(Collected data)
##############################

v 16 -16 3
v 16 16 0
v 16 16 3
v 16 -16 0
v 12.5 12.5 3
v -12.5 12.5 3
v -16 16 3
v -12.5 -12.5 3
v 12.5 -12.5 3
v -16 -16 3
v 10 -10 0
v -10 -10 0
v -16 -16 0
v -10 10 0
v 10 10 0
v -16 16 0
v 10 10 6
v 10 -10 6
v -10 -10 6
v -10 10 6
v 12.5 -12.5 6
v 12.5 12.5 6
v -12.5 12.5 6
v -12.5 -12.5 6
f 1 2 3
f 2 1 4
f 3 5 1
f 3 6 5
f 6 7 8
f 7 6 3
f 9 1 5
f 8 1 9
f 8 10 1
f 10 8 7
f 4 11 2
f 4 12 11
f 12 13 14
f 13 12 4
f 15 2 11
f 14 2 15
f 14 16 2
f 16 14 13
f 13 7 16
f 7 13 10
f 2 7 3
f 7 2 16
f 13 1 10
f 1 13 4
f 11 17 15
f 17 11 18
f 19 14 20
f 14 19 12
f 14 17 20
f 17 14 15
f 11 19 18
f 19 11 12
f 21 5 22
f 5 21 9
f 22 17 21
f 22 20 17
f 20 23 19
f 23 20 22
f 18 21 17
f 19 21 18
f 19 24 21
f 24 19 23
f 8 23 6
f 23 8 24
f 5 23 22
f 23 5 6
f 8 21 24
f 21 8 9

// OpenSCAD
tilesize = 24;
wallthickness = 3;

//base
difference() {
translate([0,0,wallthickness/2])
cube([((tilesize+2)+(wallthickness*2)),((tilesize+2)+(wallthickness*2)),wallthickness],true);
translate([0,0,wallthickness/2])    
cube([tilesize-4,tilesize-4,wallthickness*4],true);
}

difference(){
translate([(tilesize+1)/-2,(tilesize+1)/-2,0])
cube([tilesize+1,tilesize+1,wallthickness+3]);

translate([0,0,wallthickness/2])    
cube([tilesize-4,tilesize-4,wallthickness*4],true);
}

##############################

◆ YOUR INSTRUCTIONS ◆
Every record needs to be written out again, exactly as it was given.

◆ EXERCISE RESULT ◆
v 16 -16 3
v 16 16 0
v 16 16 3
v 16 -16 0
v 12.5 12.5 3
v -12.5 12.5 3
v -16 16 3
v -12.5 -12.5 3
v 12.5 -12.5 3
v -16 -16 3
v 10 -10 0
v -10 -10 0
v -16 -16 0
v -10 10 0
v 10 10 0
v -16 16 0
v 10 10 6
v 10 -10 6
v -10 -10 6
v -10 10 6
v 12.5 -12.5 6
v 12.5 12.5 6
v -12.5 12.5 6
v -12.5 -12.5 6
f 1 2 3
f 2 1 4
f 3 5 1
f 3 6 5
f 6 7 8
f 7 6 3
f 9 1 5
f 8 1 9
f 8 10 1
f 10 8 7
f 4 11 2
f 4 12 11
f 12 13 14
f 13 12 4
f 15 2 11
f 14 2 15
f 14 16 2
f 16 14 13
f 13 7 16
f 7 13 10
f 2 7 3
f 7 2 16
f 13 1 10
f 1 13 4
f 11 17 15
f 17 11 18
f 19 14 20
f 14 19 12
f 14 17 20
f 17 14 15
f 11 19 18
f 19 11 12
f 21 5 22
f 5 21 9
f 22 17 21
f 22 20 17
f 20 23 19
f 23 20 22
f 18 21 17
f 19 21 18
f 19 24 21
f 24 19 23
f 8 23 6
f 23 8 24
f 5 23 22
f 23 5 6
f 8 21 24
f 21 8 9

// OpenSCAD
tilesize = 24;
wallthickness = 3;

//base
difference() {
translate([0,0,wallthickness/2])
cube([((tilesize+2)+(wallthickness*2)),((tilesize+2)+(wallthickness*2)),wallthickness],true);
translate([0,0,wallthickness/2])    
cube([tilesize-4,tilesize-4,wallthickness*4],true);
}

difference(){
translate([(tilesize+1)/-2,(tilesize+1)/-2,0])
cube([tilesize+1,tilesize+1,wallthickness+3]);

translate([0,0,wallthickness/2])    
cube([tilesize-4,tilesize-4,wallthickness*4],true);
}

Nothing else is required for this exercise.